Similarity and Quality Metrics for MR Image-To-Image Translation

TL;DR

This study addresses the challenge of validating MR image‑to‑image translation by systematically benchmarking a broad suite of metrics. It compares 11 reference and 12 non‑reference metrics across 11 MR‑specific distortions and five normalization strategies, adding a downstream segmentation task to assess task‑relevant fidelity. The results reveal that SSIM and PSNR have notable weaknesses for MR synthesis, while metrics like CW‑SSIM, MSLC, NMI, and texture‑focused measures can better capture distortions; normalization choices substantially influence many scores. The authors provide practical recommendations on metric selection and reporting to improve reliability, comparability, and clinical relevance of MR image translation evaluations.

Abstract

Image-to-image translation can create large impact in medical imaging, as images can be synthetically transformed to other modalities, sequence types, higher resolutions or lower noise levels. To ensure patient safety, these methods should be validated by human readers, which requires a considerable amount of time and costs. Quantitative metrics can effectively complement such studies and provide reproducible and objective assessment of synthetic images. If a reference is available, the similarity of MR images is frequently evaluated by SSIM and PSNR metrics, even though these metrics are not or too sensitive regarding specific distortions. When reference images to compare with are not available, non-reference quality metrics can reliably detect specific distortions, such as blurriness. To provide an overview on distortion sensitivity, we quantitatively analyze 11 similarity (reference) and 12 quality (non-reference) metrics for assessing synthetic images. We additionally include a metric on a downstream segmentation task. We investigate the sensitivity regarding 11 kinds of distortions and typical MR artifacts, and analyze the influence of different normalization methods on each metric and distortion. Finally, we derive recommendations for effective usage of the analyzed similarity and quality metrics for evaluation of image-to-image translation models.

Figures (18)

• Figure 1: Overview of image-to-image translation and types of evaluation metrics. (1) A source image from a source domain is transformed to a prediction in the target domain by an image-to-image translation model.

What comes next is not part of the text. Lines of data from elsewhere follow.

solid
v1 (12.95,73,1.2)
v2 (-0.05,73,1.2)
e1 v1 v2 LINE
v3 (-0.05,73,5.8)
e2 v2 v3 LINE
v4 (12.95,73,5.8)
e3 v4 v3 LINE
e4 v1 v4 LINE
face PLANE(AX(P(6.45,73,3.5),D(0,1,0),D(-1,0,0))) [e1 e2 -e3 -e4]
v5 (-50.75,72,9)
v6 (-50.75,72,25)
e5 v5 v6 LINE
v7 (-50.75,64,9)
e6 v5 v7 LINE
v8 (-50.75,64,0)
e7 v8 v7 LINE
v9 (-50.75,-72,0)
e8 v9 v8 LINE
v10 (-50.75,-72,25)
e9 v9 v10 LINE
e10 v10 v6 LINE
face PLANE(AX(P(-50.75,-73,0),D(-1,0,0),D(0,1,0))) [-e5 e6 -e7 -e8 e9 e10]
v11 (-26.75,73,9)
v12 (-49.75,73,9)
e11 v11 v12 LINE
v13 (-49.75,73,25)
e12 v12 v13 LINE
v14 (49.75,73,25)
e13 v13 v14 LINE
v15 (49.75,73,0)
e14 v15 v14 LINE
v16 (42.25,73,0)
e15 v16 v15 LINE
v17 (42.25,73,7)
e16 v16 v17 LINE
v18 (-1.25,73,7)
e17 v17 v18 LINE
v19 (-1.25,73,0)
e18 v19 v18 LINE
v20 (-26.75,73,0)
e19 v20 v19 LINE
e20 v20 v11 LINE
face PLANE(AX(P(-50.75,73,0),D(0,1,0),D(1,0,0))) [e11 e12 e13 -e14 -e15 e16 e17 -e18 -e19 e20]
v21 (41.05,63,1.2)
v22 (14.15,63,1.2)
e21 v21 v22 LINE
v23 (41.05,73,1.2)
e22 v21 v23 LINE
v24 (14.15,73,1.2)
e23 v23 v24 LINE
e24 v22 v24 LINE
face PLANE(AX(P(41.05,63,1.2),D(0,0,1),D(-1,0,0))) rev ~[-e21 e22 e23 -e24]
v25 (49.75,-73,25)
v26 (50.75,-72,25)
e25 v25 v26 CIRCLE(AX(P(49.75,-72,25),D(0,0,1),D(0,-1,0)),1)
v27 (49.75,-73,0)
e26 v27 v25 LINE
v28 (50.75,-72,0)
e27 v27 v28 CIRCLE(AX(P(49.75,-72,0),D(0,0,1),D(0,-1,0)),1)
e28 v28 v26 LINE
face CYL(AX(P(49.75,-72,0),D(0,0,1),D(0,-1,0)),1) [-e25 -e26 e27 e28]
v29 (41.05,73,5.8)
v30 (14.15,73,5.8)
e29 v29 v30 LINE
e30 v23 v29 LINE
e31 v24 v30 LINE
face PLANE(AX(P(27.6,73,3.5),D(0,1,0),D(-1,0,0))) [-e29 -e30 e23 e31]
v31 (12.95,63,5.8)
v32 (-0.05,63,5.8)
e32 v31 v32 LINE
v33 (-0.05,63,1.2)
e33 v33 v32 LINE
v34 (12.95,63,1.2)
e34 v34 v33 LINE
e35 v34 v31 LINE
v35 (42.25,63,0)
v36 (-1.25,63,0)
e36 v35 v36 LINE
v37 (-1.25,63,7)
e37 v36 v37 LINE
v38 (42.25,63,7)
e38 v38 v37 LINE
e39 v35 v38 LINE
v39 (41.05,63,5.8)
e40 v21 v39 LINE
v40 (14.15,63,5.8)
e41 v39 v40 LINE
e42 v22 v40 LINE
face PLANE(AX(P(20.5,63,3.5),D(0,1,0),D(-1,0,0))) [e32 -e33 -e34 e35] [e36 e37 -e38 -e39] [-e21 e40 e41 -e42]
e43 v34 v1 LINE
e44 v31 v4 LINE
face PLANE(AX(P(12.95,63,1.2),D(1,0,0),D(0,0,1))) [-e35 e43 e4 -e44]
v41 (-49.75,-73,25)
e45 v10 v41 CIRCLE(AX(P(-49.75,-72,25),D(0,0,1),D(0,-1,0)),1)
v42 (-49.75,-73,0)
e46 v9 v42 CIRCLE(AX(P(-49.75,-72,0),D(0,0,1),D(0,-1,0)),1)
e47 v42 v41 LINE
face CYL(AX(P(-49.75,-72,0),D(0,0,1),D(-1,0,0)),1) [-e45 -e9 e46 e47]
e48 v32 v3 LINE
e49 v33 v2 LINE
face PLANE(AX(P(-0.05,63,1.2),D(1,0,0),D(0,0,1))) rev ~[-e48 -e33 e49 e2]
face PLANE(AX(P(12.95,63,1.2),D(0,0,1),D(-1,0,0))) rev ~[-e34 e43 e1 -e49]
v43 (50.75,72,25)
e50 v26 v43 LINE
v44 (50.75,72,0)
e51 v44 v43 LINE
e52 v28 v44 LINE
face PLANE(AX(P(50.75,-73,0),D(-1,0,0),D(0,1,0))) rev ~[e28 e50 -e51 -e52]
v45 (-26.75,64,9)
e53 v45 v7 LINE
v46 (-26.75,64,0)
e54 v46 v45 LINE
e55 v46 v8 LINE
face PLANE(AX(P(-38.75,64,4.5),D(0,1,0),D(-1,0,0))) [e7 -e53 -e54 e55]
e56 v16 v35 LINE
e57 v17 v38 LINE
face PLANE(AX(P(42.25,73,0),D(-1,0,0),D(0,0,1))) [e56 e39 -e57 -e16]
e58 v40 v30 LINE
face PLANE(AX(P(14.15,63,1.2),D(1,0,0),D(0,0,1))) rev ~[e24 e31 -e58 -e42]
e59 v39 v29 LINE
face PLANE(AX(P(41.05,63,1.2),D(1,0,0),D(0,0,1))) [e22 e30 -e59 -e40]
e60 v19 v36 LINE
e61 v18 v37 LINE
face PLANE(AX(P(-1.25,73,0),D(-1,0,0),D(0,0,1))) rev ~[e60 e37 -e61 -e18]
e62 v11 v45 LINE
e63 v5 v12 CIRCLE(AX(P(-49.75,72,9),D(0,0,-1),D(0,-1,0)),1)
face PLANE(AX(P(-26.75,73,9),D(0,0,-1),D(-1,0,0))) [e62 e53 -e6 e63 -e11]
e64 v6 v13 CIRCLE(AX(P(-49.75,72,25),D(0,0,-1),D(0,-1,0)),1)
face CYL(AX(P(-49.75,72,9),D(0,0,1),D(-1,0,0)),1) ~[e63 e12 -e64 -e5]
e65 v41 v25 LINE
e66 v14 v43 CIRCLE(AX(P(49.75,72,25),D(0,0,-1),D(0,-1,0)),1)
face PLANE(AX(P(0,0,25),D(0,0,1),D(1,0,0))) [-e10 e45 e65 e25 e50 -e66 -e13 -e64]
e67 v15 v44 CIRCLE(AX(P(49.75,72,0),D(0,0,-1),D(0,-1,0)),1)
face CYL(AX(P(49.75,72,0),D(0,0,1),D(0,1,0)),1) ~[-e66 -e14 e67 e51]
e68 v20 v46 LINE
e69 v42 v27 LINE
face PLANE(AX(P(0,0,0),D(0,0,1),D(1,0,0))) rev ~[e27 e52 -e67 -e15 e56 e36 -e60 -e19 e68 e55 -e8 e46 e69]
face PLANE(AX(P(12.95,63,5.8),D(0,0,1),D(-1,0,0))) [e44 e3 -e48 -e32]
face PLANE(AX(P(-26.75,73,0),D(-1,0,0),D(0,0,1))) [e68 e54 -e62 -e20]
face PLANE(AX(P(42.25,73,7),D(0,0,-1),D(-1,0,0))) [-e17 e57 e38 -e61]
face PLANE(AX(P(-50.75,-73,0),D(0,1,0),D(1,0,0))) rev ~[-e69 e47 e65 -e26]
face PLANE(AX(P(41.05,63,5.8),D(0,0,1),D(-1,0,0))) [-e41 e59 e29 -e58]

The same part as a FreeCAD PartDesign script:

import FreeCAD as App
import Part
import Sketcher

V = App.Vector
Q = App.Units.Quantity


def edges_at(feature, points):
    """Names of the edges that pass closest to the given points."""
    edges = feature.Shape.Edges
    near = lambda p: min(range(len(edges)), key=lambda i: edges[i].distToShape(Part.Vertex(*p))[0])
    return sorted({f"Edge{near(p) + 1}" for p in points})


def add_polygon(sketch, points):
    """Adds a closed chain of lines whose ends are joined by coincident constraints."""
    first, n = sketch.GeometryCount, len(points)
    for a, b in zip(points, points[1:] + points[:1]):
        sketch.addGeometry(Part.LineSegment(App.Vector(*a, 0), App.Vector(*b, 0)), False)
    for i in range(n):
        sketch.addConstraint(Sketcher.Constraint("Coincident", first + i, 2, first + (i + 1) % n, 1))

doc = App.newDocument("Part")
body = doc.addObject("PartDesign::Body", "Body")

# Sketch on XY plane
sketch1 = body.newObject("Sketcher::SketchObject", "Sketch")
sketch1.AttachmentSupport = (doc.getObject("XY_Plane"), [""])
sketch1.MapMode = "FlatFace"
add_polygon(sketch1, [(-51, 73), (-51, -73), (51, -73), (51, 73)])  # lines 0-3
sketch1.addConstraint([
    Sketcher.Constraint("Vertical", 0),
    Sketcher.Constraint("Horizontal", 1),
    Sketcher.Constraint("Vertical", 2),
    Sketcher.Constraint("Horizontal", 3),
    Sketcher.Constraint("Symmetric", 0, 2, 2, 2, -1, 1),
    Sketcher.Constraint("DistanceY", 0, 2, 0, 1, Q("146 mm")),
    Sketcher.Constraint("DistanceX", 1, 1, 1, 2, Q("101.5 mm")),
])
pad1 = body.newObject("PartDesign::Pad", "Pad")
pad1.Profile = sketch1
pad1.Length = 25

# Sketch on XZ plane
sketch2 = body.newObject("Sketcher::SketchObject", "Sketch001")
sketch2.AttachmentSupport = (doc.getObject("XZ_Plane"), [""])
sketch2.MapMode = "FlatFace"
sketch2.AttachmentOffset = App.Placement(V(0, 0, -73), App.Rotation())
add_polygon(sketch2, [(-27, 9), (-27, 0), (-51, 0), (-51, 9)])  # lines 0-3
sketch2.addConstraint([
    Sketcher.Constraint("Vertical", 0),
    Sketcher.Constraint("Horizontal", 1),
    Sketcher.Constraint("Vertical", 2),
    Sketcher.Constraint("Horizontal", 3),
    Sketcher.Constraint("PointOnObject", 0, 2, -1),
    Sketcher.Constraint("DistanceX", 1, 2, 1, 1, Q("24 mm")),
    Sketcher.Constraint("DistanceY", 0, 2, 0, 1, Q("9 mm")),
    Sketcher.Constraint("DistanceX", 0, 2, -1, 1, Q("26.75 mm")),
])
pocket1 = body.newObject("PartDesign::Pocket", "Pocket")
pocket1.Profile = sketch2
pocket1.Length = 9
pocket1.Reversed = True
doc.recompute()

fillet = body.newObject("PartDesign::Fillet", "Fillet")
fillet.Base = (pocket1, edges_at(pocket1, [
    (50.75, 73, 12.5),
    (-50.75, 73, 17),
    (-50.75, -73, 12.5),
    (50.75, -73, 12.5),
]))
fillet.Radius = 1

# Sketch on XZ plane
sketch3 = body.newObject("Sketcher::SketchObject", "Sketch002")
sketch3.AttachmentSupport = (doc.getObject("XZ_Plane"), [""])
sketch3.MapMode = "FlatFace"
sketch3.AttachmentOffset = App.Placement(V(0, 0, -73), App.Rotation())
add_polygon(sketch3, [(42, 7), (42, 0), (-1, 0), (-1, 7)])  # lines 0-3
sketch3.addConstraint([
    Sketcher.Constraint("Vertical", 0),
    Sketcher.Constraint("Horizontal", 1),
    Sketcher.Constraint("Vertical", 2),
    Sketcher.Constraint("Horizontal", 3),
    Sketcher.Constraint("PointOnObject", 0, 2, -1),
    Sketcher.Constraint("DistanceY", 0, 2, 0, 1, Q("7 mm")),
    Sketcher.Constraint("DistanceX", 1, 2, 1, 1, Q("43.5 mm")),
    Sketcher.Constraint("DistanceX", -1, 1, 0, 2, Q("42.25 mm")),
])
pocket2 = body.newObject("PartDesign::Pocket", "Pocket001")
pocket2.Profile = sketch3
pocket2.Length = 10
pocket2.Reversed = True

# Sketch on XZ plane
sketch4 = body.newObject("Sketcher::SketchObject", "Sketch003")
sketch4.AttachmentSupport = (doc.getObject("XZ_Plane"), [""])
sketch4.MapMode = "FlatFace"
sketch4.AttachmentOffset = App.Placement(V(0, 0, -63), App.Rotation())
add_polygon(sketch4, [(41, 5.8), (41, 1.2), (14.2, 1.2), (14.2, 5.8)])  # lines 0-3
add_polygon(sketch4, [(12.9, 5.8), (12.9, 1.2), (-0.1, 1.2), (-0.1, 5.8)])  # lines 4-7
sketch4.addConstraint([
    Sketcher.Constraint("Vertical", 0),
    Sketcher.Constraint("Horizontal", 1),
    Sketcher.Constraint("Vertical", 2),
    Sketcher.Constraint("Horizontal", 3),
    Sketcher.Constraint("Vertical", 4),
    Sketcher.Constraint("Horizontal", 5),
    Sketcher.Constraint("Vertical", 6),
    Sketcher.Constraint("Horizontal", 7),
    Sketcher.Constraint("Horizontal", 1, 2, 4, 2),
    Sketcher.Constraint("Horizontal", 3, 2, 6, 2),
    Sketcher.Constraint("DistanceX", 5, 2, 5, 1, Q("13 mm")),
    Sketcher.Constraint("DistanceX", 1, 2, 1, 1, Q("26.9 mm")),
    Sketcher.Constraint("DistanceY", 0, 2, 0, 1, Q("4.6 mm")),
    Sketcher.Constraint("DistanceY", -1, 1, 0, 2, Q("1.2 mm")),
    Sketcher.Constraint("DistanceX", 4, 2, 1, 2, Q("1.2 mm")),
    Sketcher.Constraint("DistanceX", -1, 1, 0, 2, Q("41.05 mm")),
])
pad2 = body.newObject("PartDesign::Pad", "Pad001")
pad2.Profile = sketch4
pad2.Length = 10
pad2.Reversed = True

doc.recompute()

If a reference image is given, this also belongs to the target domain. Then there are multiple possibilities to apply metrics. (A) Reference metrics directly compare prediction and reference image. (B) Non-reference metrics can be applied to the prediction alone, but also - if available - to a reference image. Then both non-reference metric scores can be compared. As an additional option (C), the reference and the prediction can be further processed in a downstream task, i.e. a segmentation task as a second (2) step. The performance of both downstream task results is then assessed with a downstream task metric, i.e. a segmentation metric.
• Figure 2: Workflow of experiments. (1) 100 reference images were distorted with one of 11 distortions (see Sec. \ref{['sec:distortions']}) with one of five strengths. (2) The distorted images and the reference images were individually normalized with one of six normalization methods (see Sec. \ref{['sec:normalization_methods']}), including no normalization and omitting piece-wise linear (PL) normalization, which depends on a reference dataset. (A) Reference and (B) non-Reference metric scores were obtained from normalized distorted images and normalized reference images. (3) The segmentation model was applied to one normalization method only, because the fully automatic segmentation setup integrated all preprocessing steps, including Zscore normalization.
• Figure 3: Examples of distorted images for lowest strength $s=1$, up to the maximal distortion strength $s=5$. For $s=1$, the distortions are hardly visible and therefore the images appear all the same. All distorted images are displayed with the same intensity range as the reference image, i.e. the range was clipped in case of higher or lower values. The change in the image distorted by ghosting is highlighted by a green arrow. Further examples of distorted images are provided in the Supplementary Figs. S.2-S.7
• Figure S.1: Mean category assigned by the six readers for 20 initial parameter settings for each distortion.
• Figure S.2: Distorted versions of BraTS-GLI-00005-000-t1c, visualized with the intensity range of the reference image.